Will Company A's irretrievable cash contributions to the Trustee, to fund the subscription for, or on-market acquisition of, Shares to satisfy Company A's obligations with respect to the issue of Shares to Employees pursuant to the Plan, be deductible to Company A at a time determined by section 83A-210 of the ITAA 1997?

Answer

Yes.

Question 3

Will Company A be entitled to deduct an amount under section 8-1 of the ITAA 1997 in respect of the costs incurred in relation to the ongoing administration of the Trust?

Answer

Yes.

Question 4

Will Company A be entitled to deduct an amount under section 40-880 of the ITAA 1997 in respect of costs incurred in the establishment or amendment of the Plan or the Trust?

Answer

Yes.

Question 5

Will the Commissioner seek to make a determination under subsection 177F(1) of the Income Tax Assessment Act 1936 (ITAA 1936), as a result of section 177D of the ITAA 1936, to deny, in part or in full, any deduction claimed by Company A in respect of the:

  • irretrievable cash contributions made by Company A to the Trustee to fund the subscription for, or on-market acquisition of, Shares by the Trustee to satisfy ESS interests issued to Employees pursuant to the Plan
  • costs incurred by Company A in relation to the ongoing administration of the Trust?

Answer

No.

Question 6

Will the provision of Share Rights and Shares to Employees under the Plan constitute a 'fringe benefit' within the meaning of that term in subsection 136(1) of the Fringe Benefits Tax Assessment Act 1986 (FBTAA)?

Answer

No.

Question 7

Will the irretrievable cash contributions made by Company A to the Trustee, to subscribe for, or acquire on-market, Shares pursuant to the Plan or to fund the ongoing administration of the Trust, constitute a 'fringe benefit' within the meaning of that term in subsection 136(1) of the FBTAA?

Answer

No.

Question 8

Will the Commissioner seek to make a determination that section 67 of the FBTAA applies to increase the aggregated fringe benefits taxable amount to Company A, by the amount of tax benefit gained from the irretrievable cash contributions made by Company A to the Trustee, to fund the subscription for, or on-market acquisition of, Shares by the Trustee?

Answer

No.

Relevant facts and circumstances

Background

Company A is a public company that provides services.

Company A is the head company of the Company A tax consolidated group (Company A TCG).

The Plan

Company A established the Plan to assist in the reward, retention and motivation of Eligible Employees, and to provide an opportunity for Eligible Employees to receive Shares.

The Plan allows Company A to grant Share Rights to Employees.

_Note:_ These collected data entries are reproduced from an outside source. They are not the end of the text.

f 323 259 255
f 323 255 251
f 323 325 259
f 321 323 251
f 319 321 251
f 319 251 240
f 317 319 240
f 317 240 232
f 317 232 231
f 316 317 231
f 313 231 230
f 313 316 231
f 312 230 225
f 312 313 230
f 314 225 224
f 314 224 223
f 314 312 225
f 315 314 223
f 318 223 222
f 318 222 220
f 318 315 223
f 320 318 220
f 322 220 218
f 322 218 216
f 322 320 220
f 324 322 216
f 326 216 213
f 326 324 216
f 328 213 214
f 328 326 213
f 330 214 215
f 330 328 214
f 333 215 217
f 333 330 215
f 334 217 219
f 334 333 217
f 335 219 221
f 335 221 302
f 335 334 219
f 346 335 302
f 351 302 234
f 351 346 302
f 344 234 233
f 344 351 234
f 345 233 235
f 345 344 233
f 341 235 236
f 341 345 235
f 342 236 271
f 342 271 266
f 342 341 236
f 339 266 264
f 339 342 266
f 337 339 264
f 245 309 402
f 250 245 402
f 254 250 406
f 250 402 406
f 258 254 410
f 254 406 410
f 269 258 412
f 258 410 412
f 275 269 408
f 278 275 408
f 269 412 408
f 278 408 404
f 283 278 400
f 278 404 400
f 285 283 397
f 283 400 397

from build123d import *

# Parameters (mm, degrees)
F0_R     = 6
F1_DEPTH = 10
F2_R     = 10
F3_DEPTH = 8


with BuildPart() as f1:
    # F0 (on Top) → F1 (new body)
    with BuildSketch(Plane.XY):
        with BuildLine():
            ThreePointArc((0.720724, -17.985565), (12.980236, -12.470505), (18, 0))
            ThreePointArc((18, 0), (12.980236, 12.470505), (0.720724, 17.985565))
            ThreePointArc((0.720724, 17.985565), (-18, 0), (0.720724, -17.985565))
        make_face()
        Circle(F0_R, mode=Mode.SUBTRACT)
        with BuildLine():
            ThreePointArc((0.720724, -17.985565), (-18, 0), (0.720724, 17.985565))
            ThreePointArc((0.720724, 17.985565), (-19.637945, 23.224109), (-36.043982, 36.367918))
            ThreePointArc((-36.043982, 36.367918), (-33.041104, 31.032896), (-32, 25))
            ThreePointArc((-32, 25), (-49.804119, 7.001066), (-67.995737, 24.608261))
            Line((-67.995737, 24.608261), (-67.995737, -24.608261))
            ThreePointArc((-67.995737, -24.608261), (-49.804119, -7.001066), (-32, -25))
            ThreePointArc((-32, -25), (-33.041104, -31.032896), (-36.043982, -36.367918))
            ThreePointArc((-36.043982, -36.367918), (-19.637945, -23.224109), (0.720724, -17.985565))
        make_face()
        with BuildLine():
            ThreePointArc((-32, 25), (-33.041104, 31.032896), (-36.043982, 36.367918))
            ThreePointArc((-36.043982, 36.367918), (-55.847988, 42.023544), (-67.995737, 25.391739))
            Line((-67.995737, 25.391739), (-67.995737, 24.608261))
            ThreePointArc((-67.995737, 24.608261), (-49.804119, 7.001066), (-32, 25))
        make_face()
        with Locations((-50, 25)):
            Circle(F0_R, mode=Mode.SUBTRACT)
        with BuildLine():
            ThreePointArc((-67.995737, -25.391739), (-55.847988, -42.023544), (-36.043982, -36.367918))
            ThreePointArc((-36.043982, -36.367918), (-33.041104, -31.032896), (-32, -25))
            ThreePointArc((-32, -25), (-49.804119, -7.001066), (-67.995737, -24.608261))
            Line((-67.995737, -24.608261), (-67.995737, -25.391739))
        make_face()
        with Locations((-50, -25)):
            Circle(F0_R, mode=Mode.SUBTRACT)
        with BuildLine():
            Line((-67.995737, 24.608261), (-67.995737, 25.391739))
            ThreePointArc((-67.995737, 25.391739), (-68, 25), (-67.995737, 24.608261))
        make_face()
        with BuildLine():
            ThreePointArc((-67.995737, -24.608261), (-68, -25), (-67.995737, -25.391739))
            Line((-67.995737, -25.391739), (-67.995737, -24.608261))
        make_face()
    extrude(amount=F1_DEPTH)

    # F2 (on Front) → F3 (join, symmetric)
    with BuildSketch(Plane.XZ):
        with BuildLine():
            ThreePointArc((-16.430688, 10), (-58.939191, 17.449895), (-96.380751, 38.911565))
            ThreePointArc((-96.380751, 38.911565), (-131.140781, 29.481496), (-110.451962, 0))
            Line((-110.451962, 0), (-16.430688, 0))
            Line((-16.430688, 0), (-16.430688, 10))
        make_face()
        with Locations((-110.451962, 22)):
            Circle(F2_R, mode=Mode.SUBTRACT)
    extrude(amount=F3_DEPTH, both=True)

A Share Right means a right (including an option) granted to a Participant under the Plan to acquire a Share or Shares (or part of a Share) by way of either issue or transfer.

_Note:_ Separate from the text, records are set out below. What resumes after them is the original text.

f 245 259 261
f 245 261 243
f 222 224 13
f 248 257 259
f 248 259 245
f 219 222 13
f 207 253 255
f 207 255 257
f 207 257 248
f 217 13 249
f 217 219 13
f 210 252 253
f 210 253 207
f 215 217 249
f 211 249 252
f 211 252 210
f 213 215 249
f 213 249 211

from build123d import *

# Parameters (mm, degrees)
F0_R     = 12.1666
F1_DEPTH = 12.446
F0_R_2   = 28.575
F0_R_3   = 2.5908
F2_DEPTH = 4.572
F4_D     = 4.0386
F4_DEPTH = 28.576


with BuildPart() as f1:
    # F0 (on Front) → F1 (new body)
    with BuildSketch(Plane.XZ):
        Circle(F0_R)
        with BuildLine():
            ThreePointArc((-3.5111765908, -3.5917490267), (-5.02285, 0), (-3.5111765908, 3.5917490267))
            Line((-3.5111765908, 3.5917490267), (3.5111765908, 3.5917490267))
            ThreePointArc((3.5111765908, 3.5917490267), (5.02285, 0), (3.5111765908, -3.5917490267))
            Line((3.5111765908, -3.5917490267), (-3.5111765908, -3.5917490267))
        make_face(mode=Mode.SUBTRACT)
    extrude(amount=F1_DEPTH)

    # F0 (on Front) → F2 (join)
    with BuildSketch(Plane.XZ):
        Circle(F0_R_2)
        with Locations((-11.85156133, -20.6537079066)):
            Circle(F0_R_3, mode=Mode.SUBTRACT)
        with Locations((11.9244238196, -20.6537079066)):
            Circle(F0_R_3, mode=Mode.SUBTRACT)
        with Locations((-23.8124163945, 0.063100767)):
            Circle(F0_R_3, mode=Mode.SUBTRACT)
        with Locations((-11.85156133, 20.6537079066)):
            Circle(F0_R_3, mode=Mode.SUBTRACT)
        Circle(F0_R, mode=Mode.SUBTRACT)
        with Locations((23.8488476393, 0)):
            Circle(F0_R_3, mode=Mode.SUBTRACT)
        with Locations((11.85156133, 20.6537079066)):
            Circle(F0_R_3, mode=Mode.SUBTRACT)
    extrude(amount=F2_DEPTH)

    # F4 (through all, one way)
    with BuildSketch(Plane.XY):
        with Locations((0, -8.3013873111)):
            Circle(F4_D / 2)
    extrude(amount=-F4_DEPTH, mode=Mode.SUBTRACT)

While the Plan is not restricted to Australian tax-resident employees, the scope of this ruling is limited to Share Rights granted under the Plan to Australian tax-resident employees who engage in activities that derive income assessable in Australia.

Offer

The Plan Committee (the Board or committee acting on behalf of Company A) may make an Offer to any Eligible Employee. An Offer must be in writing and state the following:

  • the name and address (including email address) of the Eligible Employee to whom the Offer is made
  • the date of the Offer
  • the amount (if any) that will be payable for the grant of a Share Right
  • the maximum number of Share Rights for which the Eligible Employee (or, if permitted, a Controlled Entity or Controlled Entities) may make application
  • the number of Shares, or a formula for calculating the number of Shares, into which each Share Right may be converted
  • if the Plan Committee has made a determination that the Share Rights may only be satisfied by way of transfer of the underlying Shares or issue of the underlying Shares
  • the expected Date of Issue
  • the time period for lodging an Application with Company A
  • any applicable Performance Conditions and Performance Periods
  • if no Performance Conditions are specified in the Offer, the Vesting Dates
  • whether or not the Share Rights will require exercise by the Participant
  • if no exercise is required by the Participant, the Share Delivery Dates or Share Delivery Periods
  • if exercise is required by the Participant, the Exercise Dates and the Exercise Price or manner of determining the Exercise Price
  • any applicable disposal restrictions and the Restriction Period
  • any other specific terms and conditions.

Subject to the Eligible Employee nominating a Controlled Entity approved by the Plan Committee to accept all or part of an Offer, an Offer is personal and can only be accepted by the Eligible Employee to whom the Offer is made.

Share Rights

Following receipt of a completed Application, Company A may accept the Application and issue the relevant number of Share Rights to the Eligible Employee or Controlled Entity.

Unless the Plan Committee determines otherwise, no monetary or other consideration beyond consideration comprising the services that are expected to be provided by an Eligible Employee to or for the benefit of the Group will be payable for the grant of a Share Right.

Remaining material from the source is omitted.